Si usted tiene un trastorno de ansiedad, o los síntomas de uno, como el 18% de los adultos en los Estados Unidos, bien podría haber una razón detrás de ello. Muchos expertos creen que mientras que hay unos pocos que luchan con la ansiedad sin ninguna razón, la mayoría de nosotros, si pensamos en ello, tenemos raíces de nuestros trastornos mentales que se extienden hasta lo más profundo de nuestro pasado.

Y si además de tu ansiedad, tuviste una infancia profundamente traumática, echa un vistazo a las siguientes cosas que conducen a la ansiedad adulta.

1. Tus padres/cuidadores invalidan tus sentimientos y opiniones regularmente

Cuando somos más jóvenes y en desarrollo, nuestras emociones son las que nos guían para entendernos a nosotros mismos. Si nos sentimos tristes, y nuestros padres nos dicen que «aguantemos y dejemos de ser un bebé llorón», cuando en realidad, hay un problema real que nos molesta, nos enseña que nuestros sentimientos no importan.

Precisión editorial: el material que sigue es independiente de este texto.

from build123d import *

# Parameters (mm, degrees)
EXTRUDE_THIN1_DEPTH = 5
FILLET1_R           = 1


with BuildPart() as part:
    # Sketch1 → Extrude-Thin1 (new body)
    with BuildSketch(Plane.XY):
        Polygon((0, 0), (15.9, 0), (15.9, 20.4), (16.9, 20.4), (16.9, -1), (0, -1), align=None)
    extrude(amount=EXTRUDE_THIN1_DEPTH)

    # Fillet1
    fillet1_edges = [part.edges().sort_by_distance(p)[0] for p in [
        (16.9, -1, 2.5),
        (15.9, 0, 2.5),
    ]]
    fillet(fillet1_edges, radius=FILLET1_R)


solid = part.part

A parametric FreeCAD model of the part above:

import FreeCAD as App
import Part
import Sketcher

V = App.Vector
Q = App.Units.Quantity


def edges_at(feature, points):
    """Names of the edges that pass closest to the given points."""
    edges = feature.Shape.Edges
    near = lambda p: min(range(len(edges)), key=lambda i: edges[i].distToShape(Part.Vertex(*p))[0])
    return sorted({f"Edge{near(p) + 1}" for p in points})


def add_polygon(sketch, points):
    """Adds a closed chain of lines whose ends are joined by coincident constraints."""
    first, n = sketch.GeometryCount, len(points)
    for a, b in zip(points, points[1:] + points[:1]):
        sketch.addGeometry(Part.LineSegment(App.Vector(*a, 0), App.Vector(*b, 0)), False)
    for i in range(n):
        sketch.addConstraint(Sketcher.Constraint("Coincident", first + i, 2, first + (i + 1) % n, 1))

doc = App.newDocument("Part")
body = doc.addObject("PartDesign::Body", "Body")

# Sketch on XY plane
sketch1 = body.newObject("Sketcher::SketchObject", "Sketch")
sketch1.AttachmentSupport = (doc.getObject("XY_Plane"), [""])
sketch1.MapMode = "FlatFace"
add_polygon(sketch1, [(15.9, 0), (0, 0), (0, -1), (16.9, -1), (16.9, 20.4), (15.9, 20.4)])  # lines 0-5
sketch1.addConstraint([
    Sketcher.Constraint("Horizontal", 0),
    Sketcher.Constraint("Vertical", 1),
    Sketcher.Constraint("Horizontal", 2),
    Sketcher.Constraint("Vertical", 3),
    Sketcher.Constraint("Horizontal", 4),
    Sketcher.Constraint("Vertical", 5),
    Sketcher.Constraint("Coincident", 0, 2, -1, 1),
    Sketcher.Constraint("Equal", 4, 1),
    Sketcher.Constraint("DistanceX", 4, 2, 4, 1, Q("1 mm")),
    Sketcher.Constraint("DistanceX", 0, 2, 0, 1, Q("15.9 mm")),
    Sketcher.Constraint("DistanceY", 3, 1, 3, 2, Q("21.4 mm")),
])
pad1 = body.newObject("PartDesign::Pad", "Pad")
pad1.Profile = sketch1
pad1.Length = 5
doc.recompute()

fillet = body.newObject("PartDesign::Fillet", "Fillet")
fillet.Base = (pad1, edges_at(pad1, [(16.9, -1, 2.5), (15.9, 0, 2.5)]))
fillet.Radius = 1

doc.recompute()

Entonces, nos preocupamos constantemente si estamos reaccionando exageradamente.

desarrolló ansiedad en nuestra vida adulta

2. Estar constantemente lejos de tus padres

Aunque es normal que los padres vayan a trabajar, o que dejen a sus hijos con otras personas que los cuidan durante un tiempo limitado, cuando nuestros padres están constantemente ausentes de la imagen cuando son niños, podemos creer que nunca van a volver. Esta ansiedad por la separación no se detiene cuando llegamos a los 18 años, sino que nos sigue hasta la edad adulta.

3. Presenciar violencia

Si eres un niño, vienes a este mundo con una forma de ver cosas bastante inocentes. Sin embargo, cuando la violencia entra en escena, ya sea contra nosotros o contra alguien a quien amamos, aprendemos a luchar o a huir de comportamientos muy jóvenes, y nos quedamos atrapados en un bucle de ansiedad y terror.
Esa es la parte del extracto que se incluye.